-- Supplied entries follows --
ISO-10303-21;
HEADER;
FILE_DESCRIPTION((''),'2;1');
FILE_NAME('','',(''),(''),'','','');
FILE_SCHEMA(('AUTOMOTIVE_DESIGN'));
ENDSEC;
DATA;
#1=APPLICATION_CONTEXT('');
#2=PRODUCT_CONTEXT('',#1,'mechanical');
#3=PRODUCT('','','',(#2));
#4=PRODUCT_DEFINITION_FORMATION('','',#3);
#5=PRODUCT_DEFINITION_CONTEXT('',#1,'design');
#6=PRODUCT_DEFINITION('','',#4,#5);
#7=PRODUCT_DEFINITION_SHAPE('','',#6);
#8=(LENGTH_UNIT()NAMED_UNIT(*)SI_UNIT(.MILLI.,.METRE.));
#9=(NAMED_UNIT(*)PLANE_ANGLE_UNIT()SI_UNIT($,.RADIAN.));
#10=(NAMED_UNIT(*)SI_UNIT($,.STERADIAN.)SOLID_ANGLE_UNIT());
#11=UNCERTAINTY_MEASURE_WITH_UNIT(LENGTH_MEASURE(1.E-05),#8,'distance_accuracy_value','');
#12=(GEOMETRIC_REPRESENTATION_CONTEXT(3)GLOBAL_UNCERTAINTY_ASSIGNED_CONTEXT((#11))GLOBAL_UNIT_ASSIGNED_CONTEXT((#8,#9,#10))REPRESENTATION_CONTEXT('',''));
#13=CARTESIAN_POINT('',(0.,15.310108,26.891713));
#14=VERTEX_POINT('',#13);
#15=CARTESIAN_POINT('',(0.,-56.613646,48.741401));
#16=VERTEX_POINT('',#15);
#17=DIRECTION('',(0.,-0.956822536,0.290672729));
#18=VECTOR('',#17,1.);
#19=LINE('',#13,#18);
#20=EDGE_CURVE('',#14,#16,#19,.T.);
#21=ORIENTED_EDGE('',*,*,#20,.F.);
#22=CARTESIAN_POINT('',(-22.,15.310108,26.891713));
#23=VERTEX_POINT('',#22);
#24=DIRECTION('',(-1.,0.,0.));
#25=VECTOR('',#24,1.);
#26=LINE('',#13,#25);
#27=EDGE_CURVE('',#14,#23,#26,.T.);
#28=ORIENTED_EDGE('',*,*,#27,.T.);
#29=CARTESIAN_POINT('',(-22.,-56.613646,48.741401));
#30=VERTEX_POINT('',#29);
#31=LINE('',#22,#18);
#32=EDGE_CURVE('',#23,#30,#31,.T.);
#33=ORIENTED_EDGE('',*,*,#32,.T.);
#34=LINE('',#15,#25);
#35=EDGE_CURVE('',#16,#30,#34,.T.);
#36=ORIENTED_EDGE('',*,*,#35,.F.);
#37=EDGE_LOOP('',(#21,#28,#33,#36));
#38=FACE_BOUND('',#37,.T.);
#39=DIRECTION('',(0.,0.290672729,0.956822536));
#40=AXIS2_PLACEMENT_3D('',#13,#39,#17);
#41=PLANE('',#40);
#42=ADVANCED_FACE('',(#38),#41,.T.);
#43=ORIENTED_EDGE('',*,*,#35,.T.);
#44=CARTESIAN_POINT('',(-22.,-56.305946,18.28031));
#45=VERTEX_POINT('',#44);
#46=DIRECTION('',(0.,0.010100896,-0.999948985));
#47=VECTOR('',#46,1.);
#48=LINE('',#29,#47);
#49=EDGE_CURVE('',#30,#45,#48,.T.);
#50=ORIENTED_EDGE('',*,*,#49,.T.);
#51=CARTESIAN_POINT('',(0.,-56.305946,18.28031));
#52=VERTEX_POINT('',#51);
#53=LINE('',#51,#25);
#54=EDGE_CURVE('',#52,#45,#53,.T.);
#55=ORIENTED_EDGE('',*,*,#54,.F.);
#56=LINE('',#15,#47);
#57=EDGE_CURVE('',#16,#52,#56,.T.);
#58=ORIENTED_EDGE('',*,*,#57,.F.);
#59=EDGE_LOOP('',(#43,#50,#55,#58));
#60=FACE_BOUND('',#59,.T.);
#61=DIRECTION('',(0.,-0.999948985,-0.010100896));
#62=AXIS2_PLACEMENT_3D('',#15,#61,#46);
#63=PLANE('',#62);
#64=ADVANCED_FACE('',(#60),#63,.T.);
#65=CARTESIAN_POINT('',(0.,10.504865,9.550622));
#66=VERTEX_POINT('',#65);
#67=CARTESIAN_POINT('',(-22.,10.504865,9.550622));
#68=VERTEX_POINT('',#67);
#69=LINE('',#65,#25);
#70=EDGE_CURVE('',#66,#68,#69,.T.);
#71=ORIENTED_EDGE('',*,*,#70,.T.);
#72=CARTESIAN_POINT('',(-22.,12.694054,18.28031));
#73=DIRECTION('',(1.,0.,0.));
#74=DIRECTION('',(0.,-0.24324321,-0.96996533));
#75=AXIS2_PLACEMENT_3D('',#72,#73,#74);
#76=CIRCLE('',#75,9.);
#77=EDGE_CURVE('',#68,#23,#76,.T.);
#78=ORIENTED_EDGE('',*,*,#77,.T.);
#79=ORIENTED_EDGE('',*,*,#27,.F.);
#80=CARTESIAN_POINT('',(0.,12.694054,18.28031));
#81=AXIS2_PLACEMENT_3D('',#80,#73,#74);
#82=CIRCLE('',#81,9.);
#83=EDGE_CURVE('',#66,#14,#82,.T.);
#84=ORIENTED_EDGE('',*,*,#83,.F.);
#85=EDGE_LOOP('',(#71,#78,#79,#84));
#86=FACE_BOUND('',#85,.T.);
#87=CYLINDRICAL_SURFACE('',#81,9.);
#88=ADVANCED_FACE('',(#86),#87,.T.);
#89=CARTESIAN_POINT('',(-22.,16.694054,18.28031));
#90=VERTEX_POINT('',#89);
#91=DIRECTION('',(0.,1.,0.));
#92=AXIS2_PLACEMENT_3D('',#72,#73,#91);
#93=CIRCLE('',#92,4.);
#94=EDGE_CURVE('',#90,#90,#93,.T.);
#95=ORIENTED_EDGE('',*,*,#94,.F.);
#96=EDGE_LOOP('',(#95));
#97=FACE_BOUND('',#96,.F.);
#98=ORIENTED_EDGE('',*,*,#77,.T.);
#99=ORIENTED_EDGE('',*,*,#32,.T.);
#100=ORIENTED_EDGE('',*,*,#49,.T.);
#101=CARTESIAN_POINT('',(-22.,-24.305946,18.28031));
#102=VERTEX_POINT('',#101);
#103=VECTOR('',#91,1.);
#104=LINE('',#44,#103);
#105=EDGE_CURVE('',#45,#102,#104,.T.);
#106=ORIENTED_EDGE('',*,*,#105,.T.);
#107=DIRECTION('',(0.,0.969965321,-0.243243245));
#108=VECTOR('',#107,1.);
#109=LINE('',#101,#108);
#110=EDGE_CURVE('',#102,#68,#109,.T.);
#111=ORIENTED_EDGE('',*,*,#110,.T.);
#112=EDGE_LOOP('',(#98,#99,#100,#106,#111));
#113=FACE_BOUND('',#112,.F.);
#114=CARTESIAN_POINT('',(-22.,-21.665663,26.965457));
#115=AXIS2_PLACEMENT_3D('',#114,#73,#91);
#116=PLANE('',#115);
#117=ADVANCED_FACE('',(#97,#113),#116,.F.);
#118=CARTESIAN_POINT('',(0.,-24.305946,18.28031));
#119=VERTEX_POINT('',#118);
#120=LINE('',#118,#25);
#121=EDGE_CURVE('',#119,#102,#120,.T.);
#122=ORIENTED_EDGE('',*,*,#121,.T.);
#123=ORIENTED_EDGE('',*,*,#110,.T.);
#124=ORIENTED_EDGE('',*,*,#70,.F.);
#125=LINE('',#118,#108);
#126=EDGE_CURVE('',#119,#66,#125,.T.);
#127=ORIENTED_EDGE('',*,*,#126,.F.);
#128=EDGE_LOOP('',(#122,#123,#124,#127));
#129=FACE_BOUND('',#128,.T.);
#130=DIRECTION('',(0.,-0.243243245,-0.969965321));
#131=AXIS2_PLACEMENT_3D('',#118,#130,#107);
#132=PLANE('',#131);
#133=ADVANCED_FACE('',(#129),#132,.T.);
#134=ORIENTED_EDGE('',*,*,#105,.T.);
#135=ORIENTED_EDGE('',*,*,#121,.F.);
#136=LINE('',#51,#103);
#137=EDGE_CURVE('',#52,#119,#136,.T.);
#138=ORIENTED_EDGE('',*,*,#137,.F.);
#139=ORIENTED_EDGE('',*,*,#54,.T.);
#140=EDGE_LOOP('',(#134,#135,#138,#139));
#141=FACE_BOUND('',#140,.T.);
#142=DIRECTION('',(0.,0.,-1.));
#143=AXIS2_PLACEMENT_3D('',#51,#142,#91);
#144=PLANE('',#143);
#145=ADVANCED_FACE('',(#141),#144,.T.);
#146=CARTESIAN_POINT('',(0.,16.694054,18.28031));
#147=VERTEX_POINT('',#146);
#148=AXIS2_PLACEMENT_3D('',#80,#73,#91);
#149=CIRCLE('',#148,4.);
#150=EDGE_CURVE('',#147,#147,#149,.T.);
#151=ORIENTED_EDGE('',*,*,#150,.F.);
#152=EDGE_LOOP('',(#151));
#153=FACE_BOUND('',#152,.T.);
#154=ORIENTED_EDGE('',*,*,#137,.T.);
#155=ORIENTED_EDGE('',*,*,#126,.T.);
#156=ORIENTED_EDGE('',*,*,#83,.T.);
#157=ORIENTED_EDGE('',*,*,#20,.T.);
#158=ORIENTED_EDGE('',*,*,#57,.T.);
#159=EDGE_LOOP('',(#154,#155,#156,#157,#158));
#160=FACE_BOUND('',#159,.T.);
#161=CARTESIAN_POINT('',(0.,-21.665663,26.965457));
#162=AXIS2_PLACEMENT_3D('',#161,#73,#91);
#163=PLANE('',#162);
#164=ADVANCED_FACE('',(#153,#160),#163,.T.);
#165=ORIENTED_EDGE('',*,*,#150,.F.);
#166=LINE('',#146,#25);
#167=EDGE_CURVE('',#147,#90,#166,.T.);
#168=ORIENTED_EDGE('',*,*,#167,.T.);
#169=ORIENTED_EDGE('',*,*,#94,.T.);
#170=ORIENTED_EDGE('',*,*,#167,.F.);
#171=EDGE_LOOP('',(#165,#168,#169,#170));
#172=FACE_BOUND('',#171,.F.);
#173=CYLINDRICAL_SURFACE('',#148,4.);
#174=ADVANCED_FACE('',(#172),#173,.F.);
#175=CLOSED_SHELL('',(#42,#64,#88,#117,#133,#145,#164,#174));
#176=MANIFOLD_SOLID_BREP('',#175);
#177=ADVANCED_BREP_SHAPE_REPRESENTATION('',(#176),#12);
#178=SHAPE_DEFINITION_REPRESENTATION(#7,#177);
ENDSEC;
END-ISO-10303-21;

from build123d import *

# Parameters (mm, degrees)
F0_R     = 4
F1_DEPTH = 22


with BuildPart() as f1:
    # F0 (on Right) → F1 (new body)
    with BuildSketch(Plane.YZ):
        with BuildLine():
            Line((-56.613646, 48.741401), (-56.305946, 18.28031))
            Line((-56.305946, 18.28031), (-24.305946, 18.28031))
            Line((-24.305946, 18.28031), (10.504865, 9.550622))
            ThreePointArc((10.504865, 9.550622), (21.367226, 15.876961), (15.310108, 26.891713))
            Line((15.310108, 26.891713), (-56.613646, 48.741401))
        make_face()
        with Locations((12.694054, 18.28031)):
            Circle(F0_R, mode=Mode.SUBTRACT)
    extrude(amount=-F1_DEPTH)


solid = f1.part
-- Supplied entries concluded --
Work item - Look above for the line with "#73=DIRECTION('',(1.,0.,0.));" and the line with "#79=ORIENTED_EDGE('',*,*,#27,.F.);", and reproduce exactly those two lines plus every line between, nothing more.

Task answer -
#73=DIRECTION('',(1.,0.,0.));
#74=DIRECTION('',(0.,-0.24324321,-0.96996533));
#75=AXIS2_PLACEMENT_3D('',#72,#73,#74);
#76=CIRCLE('',#75,9.);
#77=EDGE_CURVE('',#68,#23,#76,.T.);
#78=ORIENTED_EDGE('',*,*,#77,.T.);
#79=ORIENTED_EDGE('',*,*,#27,.F.);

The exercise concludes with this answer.